DBRS Morningstar materially deviated from its North American CMBS Insight Model when determining the rating assigned to Class F as the quantitative results suggested a higher rating. The material deviation is warranted given the uncertain loan-level event risk with the loan in special servicing and larger loans on the servicer’s watchlist. In addition, although the credit support in the transaction structure is generally quite favorable for the rated classes in the pool, the deal has also become significantly more concentrated, with just nine loans remaining, increasing the trust’s exposure to loan level event risk.
All ratings are subject to surveillance, which could result in ratings being upgraded, downgraded, placed under review, confirmed, or discontinued by DBRS Morningstar.

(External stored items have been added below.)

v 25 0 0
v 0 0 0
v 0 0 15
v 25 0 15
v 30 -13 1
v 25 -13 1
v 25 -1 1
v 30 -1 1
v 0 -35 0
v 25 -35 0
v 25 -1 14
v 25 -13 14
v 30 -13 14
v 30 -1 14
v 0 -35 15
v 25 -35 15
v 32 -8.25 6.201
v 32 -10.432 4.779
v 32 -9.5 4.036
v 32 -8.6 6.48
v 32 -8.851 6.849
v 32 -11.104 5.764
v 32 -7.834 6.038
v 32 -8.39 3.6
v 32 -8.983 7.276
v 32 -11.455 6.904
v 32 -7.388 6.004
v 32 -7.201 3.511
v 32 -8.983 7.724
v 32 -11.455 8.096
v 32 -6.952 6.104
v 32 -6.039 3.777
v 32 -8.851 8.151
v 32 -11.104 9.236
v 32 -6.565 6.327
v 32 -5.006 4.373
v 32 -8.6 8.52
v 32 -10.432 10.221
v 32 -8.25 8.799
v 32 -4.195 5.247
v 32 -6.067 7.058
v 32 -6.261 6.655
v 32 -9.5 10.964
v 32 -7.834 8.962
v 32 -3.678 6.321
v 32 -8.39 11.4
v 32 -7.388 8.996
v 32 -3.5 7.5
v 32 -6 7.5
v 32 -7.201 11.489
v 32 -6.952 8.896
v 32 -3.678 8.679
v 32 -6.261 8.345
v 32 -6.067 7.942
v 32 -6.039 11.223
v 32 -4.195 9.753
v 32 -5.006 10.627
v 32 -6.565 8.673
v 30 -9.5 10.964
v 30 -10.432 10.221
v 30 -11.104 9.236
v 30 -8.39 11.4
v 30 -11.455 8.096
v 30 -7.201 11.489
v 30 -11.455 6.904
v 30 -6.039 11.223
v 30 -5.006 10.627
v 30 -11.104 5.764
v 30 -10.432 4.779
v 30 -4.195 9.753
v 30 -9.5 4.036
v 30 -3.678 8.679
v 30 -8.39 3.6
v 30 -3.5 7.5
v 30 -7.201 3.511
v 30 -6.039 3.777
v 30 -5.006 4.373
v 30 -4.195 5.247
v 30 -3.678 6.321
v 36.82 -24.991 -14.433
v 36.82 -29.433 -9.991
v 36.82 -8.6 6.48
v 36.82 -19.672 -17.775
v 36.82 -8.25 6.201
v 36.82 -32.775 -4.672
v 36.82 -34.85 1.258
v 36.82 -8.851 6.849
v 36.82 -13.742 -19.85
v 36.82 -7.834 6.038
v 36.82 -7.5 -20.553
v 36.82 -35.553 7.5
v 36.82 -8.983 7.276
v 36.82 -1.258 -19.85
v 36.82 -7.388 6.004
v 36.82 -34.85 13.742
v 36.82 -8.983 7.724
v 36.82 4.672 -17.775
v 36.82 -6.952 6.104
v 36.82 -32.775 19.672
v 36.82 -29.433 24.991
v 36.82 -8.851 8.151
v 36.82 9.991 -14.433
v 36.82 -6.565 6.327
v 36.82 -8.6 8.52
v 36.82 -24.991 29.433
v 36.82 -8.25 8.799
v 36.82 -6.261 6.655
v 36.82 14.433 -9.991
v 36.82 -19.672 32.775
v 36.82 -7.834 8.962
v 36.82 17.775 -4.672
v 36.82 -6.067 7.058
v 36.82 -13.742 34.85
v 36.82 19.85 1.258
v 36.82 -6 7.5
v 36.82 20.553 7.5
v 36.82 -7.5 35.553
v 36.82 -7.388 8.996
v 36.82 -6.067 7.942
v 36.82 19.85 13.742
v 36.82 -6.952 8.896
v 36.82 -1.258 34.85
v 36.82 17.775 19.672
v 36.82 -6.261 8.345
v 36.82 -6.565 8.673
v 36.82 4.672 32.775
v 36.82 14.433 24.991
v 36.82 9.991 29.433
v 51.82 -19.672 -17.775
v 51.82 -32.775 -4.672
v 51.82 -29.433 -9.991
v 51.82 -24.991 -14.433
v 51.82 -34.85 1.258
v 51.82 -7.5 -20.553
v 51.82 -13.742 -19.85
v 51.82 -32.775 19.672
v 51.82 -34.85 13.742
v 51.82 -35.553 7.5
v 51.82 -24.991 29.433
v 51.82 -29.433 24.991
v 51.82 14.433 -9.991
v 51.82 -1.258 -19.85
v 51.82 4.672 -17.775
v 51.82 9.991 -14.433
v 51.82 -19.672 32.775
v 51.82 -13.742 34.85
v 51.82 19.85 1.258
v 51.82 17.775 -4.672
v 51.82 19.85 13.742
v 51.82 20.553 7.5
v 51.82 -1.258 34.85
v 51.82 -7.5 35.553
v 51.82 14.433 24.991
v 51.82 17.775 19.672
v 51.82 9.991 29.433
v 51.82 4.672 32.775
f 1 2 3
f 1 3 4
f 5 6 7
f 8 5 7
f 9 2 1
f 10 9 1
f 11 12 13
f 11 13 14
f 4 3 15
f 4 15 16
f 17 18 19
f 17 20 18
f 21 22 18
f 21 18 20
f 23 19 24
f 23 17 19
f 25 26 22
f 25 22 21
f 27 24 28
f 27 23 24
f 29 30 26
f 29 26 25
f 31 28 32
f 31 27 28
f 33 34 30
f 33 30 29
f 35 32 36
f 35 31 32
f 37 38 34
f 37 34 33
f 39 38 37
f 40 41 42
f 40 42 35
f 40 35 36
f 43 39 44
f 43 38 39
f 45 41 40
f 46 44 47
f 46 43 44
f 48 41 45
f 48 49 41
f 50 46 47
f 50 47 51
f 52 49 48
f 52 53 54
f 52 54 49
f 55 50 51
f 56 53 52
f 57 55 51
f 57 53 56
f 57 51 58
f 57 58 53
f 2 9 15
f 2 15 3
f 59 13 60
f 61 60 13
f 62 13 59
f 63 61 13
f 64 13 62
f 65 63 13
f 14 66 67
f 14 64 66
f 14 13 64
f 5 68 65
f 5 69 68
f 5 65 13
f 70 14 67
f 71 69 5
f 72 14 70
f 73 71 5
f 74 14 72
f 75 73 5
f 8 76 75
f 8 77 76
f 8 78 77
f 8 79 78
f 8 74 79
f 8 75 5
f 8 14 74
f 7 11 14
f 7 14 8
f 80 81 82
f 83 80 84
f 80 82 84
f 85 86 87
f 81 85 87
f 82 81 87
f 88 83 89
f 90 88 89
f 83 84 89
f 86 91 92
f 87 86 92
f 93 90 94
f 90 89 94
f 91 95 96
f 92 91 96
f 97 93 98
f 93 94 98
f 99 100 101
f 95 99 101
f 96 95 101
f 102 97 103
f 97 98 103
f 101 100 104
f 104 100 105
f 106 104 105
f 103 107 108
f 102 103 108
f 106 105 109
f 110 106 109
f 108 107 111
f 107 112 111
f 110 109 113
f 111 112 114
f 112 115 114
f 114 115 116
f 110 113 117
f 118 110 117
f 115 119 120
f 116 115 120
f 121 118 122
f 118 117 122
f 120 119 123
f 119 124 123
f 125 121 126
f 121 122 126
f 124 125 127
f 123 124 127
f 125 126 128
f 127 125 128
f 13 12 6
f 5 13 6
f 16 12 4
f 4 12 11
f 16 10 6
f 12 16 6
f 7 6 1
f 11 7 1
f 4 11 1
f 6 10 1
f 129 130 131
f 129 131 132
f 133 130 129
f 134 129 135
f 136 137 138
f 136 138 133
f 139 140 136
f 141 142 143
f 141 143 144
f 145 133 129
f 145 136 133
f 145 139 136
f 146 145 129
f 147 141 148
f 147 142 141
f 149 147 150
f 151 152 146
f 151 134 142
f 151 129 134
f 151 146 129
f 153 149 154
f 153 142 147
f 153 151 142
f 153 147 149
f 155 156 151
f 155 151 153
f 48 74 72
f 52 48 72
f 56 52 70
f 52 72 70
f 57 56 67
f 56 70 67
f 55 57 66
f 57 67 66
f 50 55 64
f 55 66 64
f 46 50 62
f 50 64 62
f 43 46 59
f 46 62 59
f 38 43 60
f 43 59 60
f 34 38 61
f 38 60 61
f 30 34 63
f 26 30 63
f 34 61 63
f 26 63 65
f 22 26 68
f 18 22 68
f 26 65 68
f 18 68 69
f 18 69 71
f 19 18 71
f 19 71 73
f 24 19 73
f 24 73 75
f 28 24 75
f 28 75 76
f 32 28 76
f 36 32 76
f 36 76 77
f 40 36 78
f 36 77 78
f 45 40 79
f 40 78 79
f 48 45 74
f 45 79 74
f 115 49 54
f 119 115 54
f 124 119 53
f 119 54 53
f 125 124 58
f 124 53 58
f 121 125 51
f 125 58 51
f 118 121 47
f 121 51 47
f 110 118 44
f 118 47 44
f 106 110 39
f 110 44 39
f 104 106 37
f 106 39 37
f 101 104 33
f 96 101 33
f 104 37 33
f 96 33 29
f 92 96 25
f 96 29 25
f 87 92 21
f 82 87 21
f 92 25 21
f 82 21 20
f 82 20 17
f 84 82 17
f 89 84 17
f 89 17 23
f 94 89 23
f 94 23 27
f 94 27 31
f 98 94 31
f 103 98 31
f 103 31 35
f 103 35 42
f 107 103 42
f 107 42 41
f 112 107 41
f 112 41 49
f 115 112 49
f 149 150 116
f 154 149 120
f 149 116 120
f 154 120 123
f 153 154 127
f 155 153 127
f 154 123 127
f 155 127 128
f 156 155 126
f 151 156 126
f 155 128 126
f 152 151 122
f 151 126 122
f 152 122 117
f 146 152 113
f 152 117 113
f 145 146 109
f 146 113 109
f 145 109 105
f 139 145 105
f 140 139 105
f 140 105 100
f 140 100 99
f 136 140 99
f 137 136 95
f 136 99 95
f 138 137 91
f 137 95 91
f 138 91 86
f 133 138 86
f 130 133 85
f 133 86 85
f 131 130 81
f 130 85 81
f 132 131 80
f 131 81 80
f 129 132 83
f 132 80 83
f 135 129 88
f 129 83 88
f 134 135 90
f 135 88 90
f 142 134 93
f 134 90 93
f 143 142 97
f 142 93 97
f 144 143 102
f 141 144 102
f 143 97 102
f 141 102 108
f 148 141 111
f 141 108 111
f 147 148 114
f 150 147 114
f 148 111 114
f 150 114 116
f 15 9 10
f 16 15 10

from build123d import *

# Parameters (mm, degrees)
SKETCH_1_W           = 25
SKETCH_1_H           = 35
EXTRUDE_1_DEPTH      = 15
SKETCH_3_W           = 13
SKETCH_3_H           = 12
EXTRUDE_2_DEPTH      = 5
EXTRUDE_START        = 30
SKETCH_4_R           = 4
EXTRUDE_3_DEPTH      = 2
EXTRUDE_4_DEPTH      = 4.819582841
EXTRUDE_4_DEPTH_BACK = 2
EXTRUDE_4_START      = 32
SKETCH_5_R           = 1.5
EXTRUDE_START_2      = 36.819583
SKETCH_6_R           = 28.053339705
EXTRUDE_5_DEPTH      = 15


with BuildPart() as part:
    # 草图1 → 凸台-拉伸1 (new body)
    with BuildSketch(Plane.XY):
        with Locations((12.5, -17.5)):
            Rectangle(SKETCH_1_W, SKETCH_1_H)
    extrude(amount=EXTRUDE_1_DEPTH)

    # 草图3 → 凸台-拉伸2 (add)
    with BuildSketch(Plane(origin=(25, 0, 0), x_dir=(0, 0, -1), z_dir=(1, 0, 0))):
        with Locations((-7.5, -7)):
            Rectangle(SKETCH_3_W, SKETCH_3_H)
    extrude(amount=EXTRUDE_2_DEPTH)

    # 草图4 → 凸台-拉伸3 (add)
    with BuildSketch(Plane(origin=(0, 0, 0), x_dir=(0, 0, -1), z_dir=(1, 0, 0)).offset(EXTRUDE_START)):
        with Locations(Location((-7.5, -7.5, 0), (0, 0, 90))):
            Circle(SKETCH_4_R)
    extrude(amount=EXTRUDE_3_DEPTH)

    # 草图5 → 凸台-拉伸4 (add, two sides: drawn at the far end of the back side and taken through both)
    with BuildSketch(Plane(origin=(0, 0, 0), x_dir=(0, 0, -1), z_dir=(1, 0, 0)).offset(EXTRUDE_4_START - EXTRUDE_4_DEPTH_BACK)):
        with Locations(Location((-7.5, -7.5, 0), (0, 0, 90))):
            Circle(SKETCH_5_R)
    extrude(amount=EXTRUDE_4_DEPTH + EXTRUDE_4_DEPTH_BACK)

    # 草图6 → 凸台-拉伸5 (add)
    with BuildSketch(Plane(origin=(0, 0, 0), x_dir=(0, 0, -1), z_dir=(1, 0, 0)).offset(EXTRUDE_START_2)):
        with Locations(Location((-7.5, -7.5, 0), (0, 0, 90))):
            Circle(SKETCH_6_R)
    extrude(amount=EXTRUDE_5_DEPTH)


solid = part.part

DBRS Morningstar provides updated analysis and in-depth commentary in the DBRS Viewpoint platform for the following loans in the transaction:
-- Prospectus ID#4 – Gaslamp SD (20.0% of the pool)
The DBRS Viewpoint platform provides additional information on this transaction and underlying loans including DBRS Morningstar metrics, commentary, servicer-reported cash flows, and other performance-related data.
For complimentary access to this content, please register for the DBRS Viewpoint platform at www.viewpoint.dbrsmorningstar.com. The platform includes issuer and servicer data for most outstanding CMBS transactions (including non-DBRS Morningstar rated), as well as loan-level and transaction-level commentary for most DBRS Morningstar-rated and -monitored transactions.
Notes:
All figures are in U.S. dollars unless otherwise noted.
The principal methodology is the North American CMBS Surveillance Methodology (March 4, 2022), which can be found on dbrsmorningstar.com under Methodologies & Criteria. For a list of the structured-finance-related methodologies that may be used during the rating process, please see the DBRS Morningstar Global Structured Finance Related Methodologies document, which can be found on dbrsmorningstar.com in the Commentary tab under Regulatory Affairs. Please note that not every related methodology listed under a principal structured finance asset class methodology may be used to rate or monitor an individual structured finance or debt obligation.
The DBRS Morningstar Sovereign group releases baseline macroeconomic scenarios for rated sovereigns. DBRS Morningstar analysis considered impacts consistent with the baseline scenarios as set forth in the following report: https://www.dbrsmorningstar.com/research/384482.
The rated entity or its related entities did participate in the rating process for this rating action. DBRS Morningstar had access to the accounts and other relevant internal documents of the rated entity or its related entities in connection with this rating action.
Please see the related appendix for additional information regarding the sensitivity of assumptions used in the rating process.
Generally, the conditions that lead to the assignment of a Negative or Positive trend are resolved within a 12-month period. DBRS Morningstar’s outlooks and ratings are monitored.